Al ponerme a hablar con uno de los empleados del barco descubrí que más de la mitad de los tripulantes eran cubanos. Algún significado debía tener. Todavía existen cubanos comunistas, así que, al profundizar la conversación con uno de ellos, decidí rodear un poco el tema evitando posturas. Como bien diría el imparcial, solté: “Quiero ir a Cuba, sobre todo para ver como es eso del socialismo.” El pobre cubano sonrío –no sé si sería burla- y zanjó:
“No hay nada que ver. El socialismo no funciona y nunca funcionará -se me puso la piel de gallina-. Todo lo que escribieron Marx y Engels en ese libro –dijo- es mentira. Yo trabajo aquí porque le salgo muchísimo más barato a los italianos. (...) Vivo en Cuba, pero trabajar aquí me dio la oportunidad de salir de la isla por primera vez en mi vida. Paso cuatro meses allá con mi familia y son unas vacaciones… El socialismo supuestamente dice que somos todos iguales. En Cuba no existe la igualdad. Para nada. Por suerte se me asigna un sueldo mucho mayor al de la gran parte de las personas de allá, pero no me sirve de nada. No puedo ir a un hotel si lo deseo porque soy cubano. No puedo hacer uso de ningún bien de alquiler porque soy cubano. Mi hermano tiene treinta años y nunca ha salido de la isla, por el simple hecho de que es cubano.”

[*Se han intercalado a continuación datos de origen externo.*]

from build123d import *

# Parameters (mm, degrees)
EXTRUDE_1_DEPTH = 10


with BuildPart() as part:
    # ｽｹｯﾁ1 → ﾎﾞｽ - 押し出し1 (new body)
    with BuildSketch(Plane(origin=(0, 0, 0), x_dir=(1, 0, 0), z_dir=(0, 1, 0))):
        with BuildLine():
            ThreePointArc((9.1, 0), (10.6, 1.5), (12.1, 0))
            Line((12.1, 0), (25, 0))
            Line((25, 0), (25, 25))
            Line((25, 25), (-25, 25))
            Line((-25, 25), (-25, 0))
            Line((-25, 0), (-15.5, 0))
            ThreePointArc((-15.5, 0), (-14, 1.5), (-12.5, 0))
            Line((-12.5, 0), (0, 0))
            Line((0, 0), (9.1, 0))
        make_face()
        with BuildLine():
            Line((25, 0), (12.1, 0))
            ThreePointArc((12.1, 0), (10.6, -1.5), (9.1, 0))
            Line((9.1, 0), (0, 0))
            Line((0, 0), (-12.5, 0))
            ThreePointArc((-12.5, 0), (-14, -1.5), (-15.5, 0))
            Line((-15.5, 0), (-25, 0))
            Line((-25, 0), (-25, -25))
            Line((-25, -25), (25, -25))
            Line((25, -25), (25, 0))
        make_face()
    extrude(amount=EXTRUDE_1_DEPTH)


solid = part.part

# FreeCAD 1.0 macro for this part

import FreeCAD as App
import Part
import Sketcher
Q = App.Units.Quantity

doc = App.newDocument("Part")
body = doc.addObject("PartDesign::Body", "Body")

sketch1 = body.newObject("Sketcher::SketchObject", "Sketch")
sketch1.AttachmentSupport = (doc.getObject("XZ_Plane"), [""])
sketch1.MapMode = "FlatFace"
sketch1.addGeometry([
    Part.LineSegment(App.Vector(25, -25, 0), App.Vector(-25, -25, 0)),
    Part.LineSegment(App.Vector(-25, -25, 0), App.Vector(-25, 25, 0)),
    Part.LineSegment(App.Vector(-25, 25, 0), App.Vector(25, 25, 0)),
    Part.LineSegment(App.Vector(25, 25, 0), App.Vector(25, -25, 0)),
    Part.Circle(App.Vector(10.6, 0, 0), App.Vector(0, 0, 1), 1.5),
    Part.Circle(App.Vector(-14, 0, 0), App.Vector(0, 0, 1), 1.5),
], False)
sketch1.addConstraint([
    Sketcher.Constraint("Coincident", 0, 2, 1, 1),
    Sketcher.Constraint("Coincident", 1, 2, 2, 1),
    Sketcher.Constraint("Coincident", 2, 2, 3, 1),
    Sketcher.Constraint("Coincident", 3, 2, 0, 1),
    Sketcher.Constraint("Horizontal", 0),
    Sketcher.Constraint("Vertical", 1),
    Sketcher.Constraint("Horizontal", 2),
    Sketcher.Constraint("Vertical", 3),
    Sketcher.Constraint("Equal", 4, 5),
    Sketcher.Constraint("Symmetric", 0, 2, 2, 2, -1, 1),
    Sketcher.Constraint("PointOnObject", 4, 3, -1),
    Sketcher.Constraint("PointOnObject", 5, 3, -1),
    Sketcher.Constraint("Equal", 2, 1),
    Sketcher.Constraint("Diameter", 4, Q("3 mm")),
    Sketcher.Constraint("DistanceX", 0, 2, 0, 1, Q("50 mm")),
    Sketcher.Constraint("DistanceX", 5, 3, -1, 1, Q("14 mm")),
    Sketcher.Constraint("DistanceX", -1, 1, 4, 3, Q("10.6 mm")),
])
pad1 = body.newObject("PartDesign::Pad", "Pad")
pad1.Profile = sketch1
pad1.Length = 10
pad1.Reversed = True

doc.recompute()
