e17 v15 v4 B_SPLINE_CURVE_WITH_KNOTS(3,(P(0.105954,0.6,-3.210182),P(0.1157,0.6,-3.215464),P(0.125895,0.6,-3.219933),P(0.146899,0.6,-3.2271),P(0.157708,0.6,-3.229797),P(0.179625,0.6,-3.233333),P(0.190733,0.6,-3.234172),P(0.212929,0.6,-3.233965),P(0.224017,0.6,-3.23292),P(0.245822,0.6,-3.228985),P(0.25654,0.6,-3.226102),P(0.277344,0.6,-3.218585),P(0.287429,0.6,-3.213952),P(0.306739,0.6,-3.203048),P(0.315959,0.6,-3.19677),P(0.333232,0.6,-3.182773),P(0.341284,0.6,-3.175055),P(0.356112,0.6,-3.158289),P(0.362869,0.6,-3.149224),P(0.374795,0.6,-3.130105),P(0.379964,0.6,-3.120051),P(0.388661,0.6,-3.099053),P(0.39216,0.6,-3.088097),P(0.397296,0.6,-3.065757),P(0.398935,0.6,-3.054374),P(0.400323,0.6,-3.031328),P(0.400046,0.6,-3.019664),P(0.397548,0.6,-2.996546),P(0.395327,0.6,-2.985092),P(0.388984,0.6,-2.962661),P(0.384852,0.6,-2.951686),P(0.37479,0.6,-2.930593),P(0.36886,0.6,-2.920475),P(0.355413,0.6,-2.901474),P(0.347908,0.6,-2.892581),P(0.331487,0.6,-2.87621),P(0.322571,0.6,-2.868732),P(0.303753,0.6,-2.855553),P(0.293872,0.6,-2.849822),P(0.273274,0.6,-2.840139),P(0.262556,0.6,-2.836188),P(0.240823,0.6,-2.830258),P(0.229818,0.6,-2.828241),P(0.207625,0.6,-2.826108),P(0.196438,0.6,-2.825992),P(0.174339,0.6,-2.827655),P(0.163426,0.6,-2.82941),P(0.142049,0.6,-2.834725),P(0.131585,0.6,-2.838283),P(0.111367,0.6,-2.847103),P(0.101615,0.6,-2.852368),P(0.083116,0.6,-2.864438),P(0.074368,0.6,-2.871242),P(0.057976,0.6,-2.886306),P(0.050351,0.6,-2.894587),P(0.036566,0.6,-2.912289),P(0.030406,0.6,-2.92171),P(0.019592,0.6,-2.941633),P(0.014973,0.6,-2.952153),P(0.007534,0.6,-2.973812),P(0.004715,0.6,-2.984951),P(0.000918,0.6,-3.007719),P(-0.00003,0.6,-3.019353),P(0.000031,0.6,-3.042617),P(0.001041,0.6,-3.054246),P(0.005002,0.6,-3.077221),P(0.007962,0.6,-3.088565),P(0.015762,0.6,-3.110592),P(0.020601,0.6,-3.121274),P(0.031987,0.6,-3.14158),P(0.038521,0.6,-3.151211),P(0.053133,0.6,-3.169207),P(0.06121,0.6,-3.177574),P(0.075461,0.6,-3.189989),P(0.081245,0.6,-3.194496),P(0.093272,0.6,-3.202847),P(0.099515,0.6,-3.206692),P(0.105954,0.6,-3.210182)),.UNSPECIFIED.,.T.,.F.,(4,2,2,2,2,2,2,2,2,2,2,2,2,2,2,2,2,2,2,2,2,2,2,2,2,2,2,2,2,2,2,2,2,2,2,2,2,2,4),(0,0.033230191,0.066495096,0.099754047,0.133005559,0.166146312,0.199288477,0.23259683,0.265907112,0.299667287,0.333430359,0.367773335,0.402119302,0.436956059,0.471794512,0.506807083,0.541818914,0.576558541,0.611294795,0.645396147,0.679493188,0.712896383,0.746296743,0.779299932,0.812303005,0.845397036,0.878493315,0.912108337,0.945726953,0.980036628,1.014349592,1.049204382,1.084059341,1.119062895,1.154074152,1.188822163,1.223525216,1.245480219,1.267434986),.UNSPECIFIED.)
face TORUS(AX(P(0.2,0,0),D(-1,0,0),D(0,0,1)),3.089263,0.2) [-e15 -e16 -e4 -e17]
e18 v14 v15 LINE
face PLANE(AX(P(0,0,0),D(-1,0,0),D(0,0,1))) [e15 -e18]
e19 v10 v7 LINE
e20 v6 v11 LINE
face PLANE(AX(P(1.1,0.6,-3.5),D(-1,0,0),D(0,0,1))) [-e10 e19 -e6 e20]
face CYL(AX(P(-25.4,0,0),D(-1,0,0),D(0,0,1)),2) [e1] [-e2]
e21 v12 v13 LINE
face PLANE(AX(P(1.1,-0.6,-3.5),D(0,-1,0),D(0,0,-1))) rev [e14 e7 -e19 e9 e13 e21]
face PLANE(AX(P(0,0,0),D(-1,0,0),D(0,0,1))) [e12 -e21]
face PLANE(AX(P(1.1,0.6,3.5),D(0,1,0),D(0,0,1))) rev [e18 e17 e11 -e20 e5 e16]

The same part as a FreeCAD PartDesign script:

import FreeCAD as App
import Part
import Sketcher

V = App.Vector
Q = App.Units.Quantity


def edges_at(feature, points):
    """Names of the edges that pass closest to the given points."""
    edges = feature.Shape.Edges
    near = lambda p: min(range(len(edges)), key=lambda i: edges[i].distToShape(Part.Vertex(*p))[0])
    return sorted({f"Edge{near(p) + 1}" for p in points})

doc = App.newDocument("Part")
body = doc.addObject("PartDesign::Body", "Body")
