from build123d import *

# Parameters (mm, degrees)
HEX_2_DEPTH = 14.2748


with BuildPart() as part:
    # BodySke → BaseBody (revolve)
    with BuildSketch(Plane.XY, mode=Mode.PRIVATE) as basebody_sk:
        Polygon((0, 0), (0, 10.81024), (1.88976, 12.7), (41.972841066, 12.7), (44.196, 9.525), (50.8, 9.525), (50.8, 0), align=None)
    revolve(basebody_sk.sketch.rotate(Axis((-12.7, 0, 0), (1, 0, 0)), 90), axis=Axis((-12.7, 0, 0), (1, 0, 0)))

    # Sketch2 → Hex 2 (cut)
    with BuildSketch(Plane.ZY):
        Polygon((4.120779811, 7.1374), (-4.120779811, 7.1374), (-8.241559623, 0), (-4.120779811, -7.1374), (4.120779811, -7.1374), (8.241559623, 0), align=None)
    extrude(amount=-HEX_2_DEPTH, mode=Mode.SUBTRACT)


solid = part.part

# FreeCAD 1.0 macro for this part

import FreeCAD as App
import Part
import Sketcher
Q = App.Units.Quantity


def add_polygon(sketch, points):
    """Adds a closed chain of lines whose ends are joined by coincident constraints."""
    first, n = sketch.GeometryCount, len(points)
    for a, b in zip(points, points[1:] + points[:1]):
        sketch.addGeometry(Part.LineSegment(App.Vector(*a, 0), App.Vector(*b, 0)), False)
    for i in range(n):
        sketch.addConstraint(Sketcher.Constraint("Coincident", first + i, 2, first + (i + 1) % n, 1))

doc = App.newDocument("Part")
params = doc.addObject("Spreadsheet::Sheet", "Params")
for row, (alias, value) in enumerate([
    ("sketch1_width", "2 in"),
    ("sketch1_width2", "0.26 in"),
    ("sketch1_height", "0.375 in"),
    ("revolution_angle", "360 deg"),
    ("pocket1_length", "0.562 in"),
], start=1):
    params.set(f"A{row}", alias)
    params.set(f"B{row}", "=" + value)
    params.setAlias(f"B{row}", alias)

body = doc.addObject("PartDesign::Body", "Body")

# Sketch on XY plane
sketch1 = body.newObject("Sketcher::SketchObject", "Sketch")
sketch1.AttachmentSupport = (doc.getObject("XY_Plane"), [""])
sketch1.MapMode = "FlatFace"
add_polygon(sketch1, [(0, 10.8), (0, 0), (50.8, 0), (50.8, 9.5), (44.2, 9.5), (42, 12.7), (1.9, 12.7)])  # lines 0-6
sketch1.addConstraint(Sketcher.Constraint("Vertical", 0))
sketch1.addConstraint(Sketcher.Constraint("Horizontal", 1))
sketch1.addConstraint(Sketcher.Constraint("Vertical", 2))
sketch1.addConstraint(Sketcher.Constraint("Horizontal", 3))
sketch1.addConstraint(Sketcher.Constraint("Horizontal", 5))
sketch1.addConstraint(Sketcher.Constraint("Coincident", 0, 2, -1, 1))
sketch1.addConstraint(Sketcher.Constraint("DistanceX", 1, 1, 1, 2, Q("2 in")))
sketch1.addConstraint(Sketcher.Constraint("Angle", 4, Q("125 deg")))
sketch1.addConstraint(Sketcher.Constraint("Angle", 6, Q("-135 deg")))
sketch1.addConstraint(Sketcher.Constraint("DistanceX", 3, 2, 3, 1, Q("0.26 in")))
sketch1.addConstraint(Sketcher.Constraint("DistanceY", -1, 1, 4, 2, Q("0.5 in")))
sketch1.addConstraint(Sketcher.Constraint("DistanceY", 2, 1, 2, 2, Q("0.375 in")))
sketch1.addConstraint(Sketcher.Constraint("DistanceY", 0, 2, 0, 1, Q("0.4256 in")))
sketch1.setExpression("Constraints[13]", "Params.sketch1_width")
sketch1.setExpression("Constraints[16]", "Params.sketch1_width2")
sketch1.setExpression("Constraints[18]", "Params.sketch1_height")
revolution = body.newObject("PartDesign::Revolution", "Revolution")
revolution.Profile = sketch1
revolution.ReferenceAxis = (sketch1, ["H_Axis"])
revolution.setExpression("Angle", "Params.revolution_angle")

# Sketch on YZ plane
sketch2 = body.newObject("Sketcher::SketchObject", "Sketch001")
sketch2.AttachmentSupport = (doc.getObject("YZ_Plane"), [""])
sketch2.MapMode = "FlatFace"
add_polygon(sketch2, [(7, 4), (7, -4), (0, -8), (-7, -4), (-7, 4), (0, 8)])  # lines 0-5
sketch2.addConstraint(Sketcher.Constraint("Vertical", 0))
sketch2.addConstraint(Sketcher.Constraint("Vertical", 3))
sketch2.addConstraint(Sketcher.Constraint("Symmetric", 0, 2, 3, 2, -1, 1))
sketch2.addConstraint(Sketcher.Constraint("Symmetric", 1, 2, 4, 2, -1, 1))
sketch2.addConstraint(Sketcher.Constraint("PointOnObject", 1, 2, -2))
sketch2.addConstraint(Sketcher.Constraint("Parallel", 2, 5))
sketch2.addConstraint(Sketcher.Constraint("Horizontal", 0, 2, 2, 2))
sketch2.addConstraint(Sketcher.Constraint("Angle", 1, Q("-150 deg")))
sketch2.addConstraint(Sketcher.Constraint("DistanceX", -1, 1, 0, 2, Q("0.281 in")))
sketch2.addConstraint(Sketcher.Constraint("DistanceY", 0, 2, 0, 1, 8.24156))
pocket1 = body.newObject("PartDesign::Pocket", "Pocket")
pocket1.Profile = sketch2
pocket1.setExpression("Length", "Params.pocket1_length")
pocket1.Reversed = True

doc.recompute()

Aunque debía sentirme bien conmigo y con mis ideas, más bien sentí pena, ya saben porqué. Y luego pasamos a mí. Dijo:
“Tú por ejemplo tuviste que irte de Venezuela porque eso está muy mal, me imagino. Hugo Chávez quiere hacer lo mismo que Fidel Castro…”
La conversación continuó unos minutos más. Valía la pena hablar con alguien que hubiera saboreado, con valiosa repugnancia, el amargo sabor del socialismo y sus consecuencias. Recordé a un amigo cubano que en Madrid trabaja como portero del restaurante hispano-cubano. Logró llegar a España porque viajaba a una conferencia en Rusia –en 2002 Cuba y Rusia aún mantenían control de viajeros cubanos, y aún lo mantienen. Para que no se escapen.- El avión se detuvo a repostar en Barajas y una oleada de cubanos, entre ellos él, salieron del aparato para pedir asilo en tierras españolas. Por suerte lo lograron. Asimismo, cada vez que hablaba de Cuba se le nublaban las pupilas y decía que apenas se muriera Castro pensaba regresar a la isla más rápido que inmediatamente.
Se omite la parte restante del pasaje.